PROBLEM DETAILS - Starting at the line below holding "e82 v35 v56 LINE" and stopping at the line holding "face PLANE(AX(P(10,0,-15),D(0,0,-1),D(1,0,0))) [-e76", print every line exactly, both ends included, and leave the rest out.

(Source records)
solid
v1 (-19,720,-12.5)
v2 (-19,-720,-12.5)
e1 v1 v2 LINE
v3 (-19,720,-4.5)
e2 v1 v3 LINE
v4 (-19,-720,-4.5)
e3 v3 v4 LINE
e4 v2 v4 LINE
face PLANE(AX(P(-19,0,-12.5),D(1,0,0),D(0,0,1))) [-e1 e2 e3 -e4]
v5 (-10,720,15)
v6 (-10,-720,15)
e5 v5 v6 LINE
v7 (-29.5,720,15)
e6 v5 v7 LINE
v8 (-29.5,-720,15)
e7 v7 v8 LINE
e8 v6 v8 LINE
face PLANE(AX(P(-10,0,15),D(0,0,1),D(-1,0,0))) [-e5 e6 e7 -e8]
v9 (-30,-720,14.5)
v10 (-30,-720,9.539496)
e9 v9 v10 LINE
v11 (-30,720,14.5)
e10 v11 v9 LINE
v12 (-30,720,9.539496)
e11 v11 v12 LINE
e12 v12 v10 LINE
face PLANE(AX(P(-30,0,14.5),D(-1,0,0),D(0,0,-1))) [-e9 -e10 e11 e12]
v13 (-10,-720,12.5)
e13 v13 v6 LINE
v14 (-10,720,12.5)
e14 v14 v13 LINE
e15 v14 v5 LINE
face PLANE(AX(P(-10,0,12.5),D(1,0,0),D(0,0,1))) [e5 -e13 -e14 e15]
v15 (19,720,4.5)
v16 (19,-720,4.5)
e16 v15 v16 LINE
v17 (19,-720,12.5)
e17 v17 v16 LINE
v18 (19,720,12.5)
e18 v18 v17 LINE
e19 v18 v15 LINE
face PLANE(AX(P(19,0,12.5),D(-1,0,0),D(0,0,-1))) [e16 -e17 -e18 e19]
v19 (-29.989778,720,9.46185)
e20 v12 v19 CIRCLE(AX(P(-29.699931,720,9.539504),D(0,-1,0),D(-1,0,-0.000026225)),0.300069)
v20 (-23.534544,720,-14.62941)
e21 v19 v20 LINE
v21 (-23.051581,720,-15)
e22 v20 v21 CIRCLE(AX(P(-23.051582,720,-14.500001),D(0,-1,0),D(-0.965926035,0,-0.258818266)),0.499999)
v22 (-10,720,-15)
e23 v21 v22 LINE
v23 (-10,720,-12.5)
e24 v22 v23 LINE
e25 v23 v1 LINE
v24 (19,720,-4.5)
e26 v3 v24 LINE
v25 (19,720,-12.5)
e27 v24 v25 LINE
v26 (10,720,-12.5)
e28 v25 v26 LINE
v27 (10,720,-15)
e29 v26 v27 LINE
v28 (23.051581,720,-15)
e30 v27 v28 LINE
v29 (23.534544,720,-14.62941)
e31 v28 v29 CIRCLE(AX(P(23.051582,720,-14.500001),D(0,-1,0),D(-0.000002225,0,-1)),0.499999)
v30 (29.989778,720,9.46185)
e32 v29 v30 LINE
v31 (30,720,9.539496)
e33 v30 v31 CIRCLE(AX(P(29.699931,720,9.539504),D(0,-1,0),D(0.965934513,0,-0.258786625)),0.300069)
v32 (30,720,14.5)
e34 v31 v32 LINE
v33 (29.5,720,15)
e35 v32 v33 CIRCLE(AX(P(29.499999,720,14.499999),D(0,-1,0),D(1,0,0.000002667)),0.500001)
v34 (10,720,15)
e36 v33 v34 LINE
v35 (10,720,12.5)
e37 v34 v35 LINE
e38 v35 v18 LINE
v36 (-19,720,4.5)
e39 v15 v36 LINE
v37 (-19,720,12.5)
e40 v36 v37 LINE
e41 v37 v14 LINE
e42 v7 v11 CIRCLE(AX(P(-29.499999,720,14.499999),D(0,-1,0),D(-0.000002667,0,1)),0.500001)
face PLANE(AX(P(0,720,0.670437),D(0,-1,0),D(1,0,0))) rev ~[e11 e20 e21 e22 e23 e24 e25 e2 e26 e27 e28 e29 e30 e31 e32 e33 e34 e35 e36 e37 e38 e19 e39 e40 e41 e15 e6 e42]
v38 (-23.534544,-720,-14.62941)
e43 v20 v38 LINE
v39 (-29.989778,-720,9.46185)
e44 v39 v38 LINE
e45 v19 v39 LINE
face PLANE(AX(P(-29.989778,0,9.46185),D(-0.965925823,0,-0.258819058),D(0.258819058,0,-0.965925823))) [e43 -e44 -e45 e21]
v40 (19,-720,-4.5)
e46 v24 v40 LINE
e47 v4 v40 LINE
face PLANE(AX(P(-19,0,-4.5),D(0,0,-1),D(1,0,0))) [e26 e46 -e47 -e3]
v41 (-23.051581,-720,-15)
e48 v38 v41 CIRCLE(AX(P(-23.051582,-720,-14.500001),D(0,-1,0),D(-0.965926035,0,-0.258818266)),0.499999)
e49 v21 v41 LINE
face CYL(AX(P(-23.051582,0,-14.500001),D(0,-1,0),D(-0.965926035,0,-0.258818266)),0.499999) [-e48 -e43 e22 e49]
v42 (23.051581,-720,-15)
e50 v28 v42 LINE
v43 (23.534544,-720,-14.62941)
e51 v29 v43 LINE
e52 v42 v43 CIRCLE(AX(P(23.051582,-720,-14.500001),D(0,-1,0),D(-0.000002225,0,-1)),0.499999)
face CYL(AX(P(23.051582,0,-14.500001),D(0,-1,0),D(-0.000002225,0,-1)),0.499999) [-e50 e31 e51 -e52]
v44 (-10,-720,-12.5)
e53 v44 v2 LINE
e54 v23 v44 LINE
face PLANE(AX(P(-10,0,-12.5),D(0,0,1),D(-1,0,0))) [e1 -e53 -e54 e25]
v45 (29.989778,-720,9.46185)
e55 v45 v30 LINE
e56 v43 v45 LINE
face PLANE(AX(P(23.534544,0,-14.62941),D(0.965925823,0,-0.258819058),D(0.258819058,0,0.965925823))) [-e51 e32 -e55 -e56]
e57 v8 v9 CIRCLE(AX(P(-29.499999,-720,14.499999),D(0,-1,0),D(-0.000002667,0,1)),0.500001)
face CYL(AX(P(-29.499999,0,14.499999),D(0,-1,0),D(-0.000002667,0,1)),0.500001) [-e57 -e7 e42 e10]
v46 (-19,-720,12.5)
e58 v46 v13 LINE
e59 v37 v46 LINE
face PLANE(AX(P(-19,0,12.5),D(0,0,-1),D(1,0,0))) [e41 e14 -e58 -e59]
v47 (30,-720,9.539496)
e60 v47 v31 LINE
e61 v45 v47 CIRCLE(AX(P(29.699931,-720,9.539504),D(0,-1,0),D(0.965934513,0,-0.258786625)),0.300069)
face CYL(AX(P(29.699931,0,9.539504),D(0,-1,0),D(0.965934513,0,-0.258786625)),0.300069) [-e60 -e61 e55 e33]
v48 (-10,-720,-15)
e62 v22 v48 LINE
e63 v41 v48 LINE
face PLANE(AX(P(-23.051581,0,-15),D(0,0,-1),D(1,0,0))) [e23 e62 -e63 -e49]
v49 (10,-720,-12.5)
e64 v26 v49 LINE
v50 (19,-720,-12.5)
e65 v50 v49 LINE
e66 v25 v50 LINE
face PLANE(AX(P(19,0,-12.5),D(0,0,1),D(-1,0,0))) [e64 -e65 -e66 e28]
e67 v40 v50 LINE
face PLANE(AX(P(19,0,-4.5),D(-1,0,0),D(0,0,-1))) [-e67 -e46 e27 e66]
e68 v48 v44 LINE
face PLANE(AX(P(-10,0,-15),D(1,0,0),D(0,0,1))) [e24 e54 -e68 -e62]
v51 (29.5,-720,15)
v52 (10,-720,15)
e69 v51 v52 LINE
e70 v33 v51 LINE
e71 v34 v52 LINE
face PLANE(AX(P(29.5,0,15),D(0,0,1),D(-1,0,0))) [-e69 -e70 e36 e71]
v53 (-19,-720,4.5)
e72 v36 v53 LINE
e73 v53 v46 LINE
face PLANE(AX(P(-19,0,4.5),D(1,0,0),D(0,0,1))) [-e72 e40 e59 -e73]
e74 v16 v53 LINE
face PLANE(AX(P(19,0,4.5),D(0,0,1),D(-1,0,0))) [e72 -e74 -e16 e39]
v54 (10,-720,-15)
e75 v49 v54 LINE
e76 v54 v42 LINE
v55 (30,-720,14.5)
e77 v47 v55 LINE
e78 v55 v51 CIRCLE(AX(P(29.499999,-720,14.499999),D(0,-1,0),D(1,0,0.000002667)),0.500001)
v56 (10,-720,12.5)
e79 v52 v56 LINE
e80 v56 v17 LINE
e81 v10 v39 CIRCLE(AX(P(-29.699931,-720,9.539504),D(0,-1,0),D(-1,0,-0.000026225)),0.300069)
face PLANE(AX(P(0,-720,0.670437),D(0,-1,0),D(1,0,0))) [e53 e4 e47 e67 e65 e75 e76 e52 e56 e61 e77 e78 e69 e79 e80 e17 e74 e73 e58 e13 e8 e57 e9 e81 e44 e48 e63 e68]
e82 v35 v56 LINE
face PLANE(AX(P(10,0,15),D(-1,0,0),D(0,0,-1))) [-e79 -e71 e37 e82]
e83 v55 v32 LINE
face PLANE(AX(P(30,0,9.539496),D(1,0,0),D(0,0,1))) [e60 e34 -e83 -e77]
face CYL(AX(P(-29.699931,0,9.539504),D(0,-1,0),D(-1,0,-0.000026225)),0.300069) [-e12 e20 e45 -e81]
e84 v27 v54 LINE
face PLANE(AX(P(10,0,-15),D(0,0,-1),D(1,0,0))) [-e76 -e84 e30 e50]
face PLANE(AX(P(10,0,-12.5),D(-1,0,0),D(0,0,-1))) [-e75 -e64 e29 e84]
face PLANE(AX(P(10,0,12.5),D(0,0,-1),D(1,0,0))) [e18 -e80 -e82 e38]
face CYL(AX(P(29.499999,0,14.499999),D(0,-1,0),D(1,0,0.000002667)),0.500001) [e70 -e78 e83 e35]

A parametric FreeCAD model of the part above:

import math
import FreeCAD as App
import Part
import Sketcher
Q = App.Units.Quantity

doc = App.newDocument("Part")
body = doc.addObject("PartDesign::Body", "Body")

# Sketch on XZ plane
sketch1 = doc.addObject("Sketcher::SketchObject", "Sketch")
body.addObject(sketch1)
sketch1.AttachmentSupport = (doc.XZ_Plane, [""])
sketch1.MapMode = "FlatFace"
sketch1.addGeometry([
    Part.ArcOfCircle(Part.Circle(App.Vector(29.5, 14.5, 0), App.Vector(0, 0, 1), 0.5), math.radians(0), math.radians(90)),  # 0
    Part.LineSegment(App.Vector(29.5, 15, 0), App.Vector(10, 15, 0)),  # 1
    Part.LineSegment(App.Vector(10, 15, 0), App.Vector(10, 12.5, 0)),  # 2
    Part.LineSegment(App.Vector(10, 12.5, 0), App.Vector(19, 12.5, 0)),  # 3
    Part.LineSegment(App.Vector(19, 12.5, 0), App.Vector(19, 4.5, 0)),  # 4
    Part.LineSegment(App.Vector(19, 4.5, 0), App.Vector(-19, 4.5, 0)),  # 5
    Part.LineSegment(App.Vector(-19, 4.5, 0), App.Vector(-19, 12.5, 0)),  # 6
    Part.LineSegment(App.Vector(-19, 12.5, 0), App.Vector(-10, 12.5, 0)),  # 7
    Part.LineSegment(App.Vector(-10, 12.5, 0), App.Vector(-10, 15, 0)),  # 8
    Part.LineSegment(App.Vector(-10, 15, 0), App.Vector(-29.5, 15, 0)),  # 9
    Part.ArcOfCircle(Part.Circle(App.Vector(-29.5, 14.5, 0), App.Vector(0, 0, 1), 0.5), math.radians(90), math.radians(180)),  # 10
    Part.LineSegment(App.Vector(-30, 14.5, 0), App.Vector(-30, 9.54, 0)),  # 11
    Part.ArcOfCircle(Part.Circle(App.Vector(-29.7, 9.54, 0), App.Vector(0, 0, 1), 0.3), math.radians(-180), math.radians(-165)),  # 12
    Part.LineSegment(App.Vector(-29.99, 9.46, 0), App.Vector(-23.53, -14.63, 0)),  # 13
    Part.ArcOfCircle(Part.Circle(App.Vector(-23.05, -14.5, 0), App.Vector(0, 0, 1), 0.5), math.radians(-165), math.radians(-90)),  # 14
    Part.LineSegment(App.Vector(-23.05, -15, 0), App.Vector(-10, -15, 0)),  # 15
    Part.LineSegment(App.Vector(-10, -15, 0), App.Vector(-10, -12.5, 0)),  # 16
    Part.LineSegment(App.Vector(-10, -12.5, 0), App.Vector(-19, -12.5, 0)),  # 17
    Part.LineSegment(App.Vector(-19, -12.5, 0), App.Vector(-19, -4.5, 0)),  # 18
    Part.LineSegment(App.Vector(-19, -4.5, 0), App.Vector(19, -4.5, 0)),  # 19
    Part.LineSegment(App.Vector(19, -4.5, 0), App.Vector(19, -12.5, 0)),  # 20
    Part.LineSegment(App.Vector(19, -12.5, 0), App.Vector(10, -12.5, 0)),  # 21
    Part.LineSegment(App.Vector(10, -12.5, 0), App.Vector(10, -15, 0)),  # 22
    Part.LineSegment(App.Vector(10, -15, 0), App.Vector(23.05, -15, 0)),  # 23
    Part.ArcOfCircle(Part.Circle(App.Vector(23.05, -14.5, 0), App.Vector(0, 0, 1), 0.5), math.radians(-90), math.radians(-15)),  # 24
    Part.LineSegment(App.Vector(23.53, -14.63, 0), App.Vector(29.99, 9.46, 0)),  # 25
    Part.ArcOfCircle(Part.Circle(App.Vector(29.7, 9.54, 0), App.Vector(0, 0, 1), 0.3), math.radians(-15), math.radians(0)),  # 26
    Part.LineSegment(App.Vector(30, 9.54, 0), App.Vector(30, 14.5, 0)),  # 27
], False)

SOLUTION FOR THIS TASK -
e82 v35 v56 LINE
face PLANE(AX(P(10,0,15),D(-1,0,0),D(0,0,-1))) [-e79 -e71 e37 e82]
e83 v55 v32 LINE
face PLANE(AX(P(30,0,9.539496),D(1,0,0),D(0,0,1))) [e60 e34 -e83 -e77]
face CYL(AX(P(-29.699931,0,9.539504),D(0,-1,0),D(-1,0,-0.000026225)),0.300069) [-e12 e20 e45 -e81]
e84 v27 v54 LINE
face PLANE(AX(P(10,0,-15),D(0,0,-1),D(1,0,0))) [-e76 -e84 e30 e50]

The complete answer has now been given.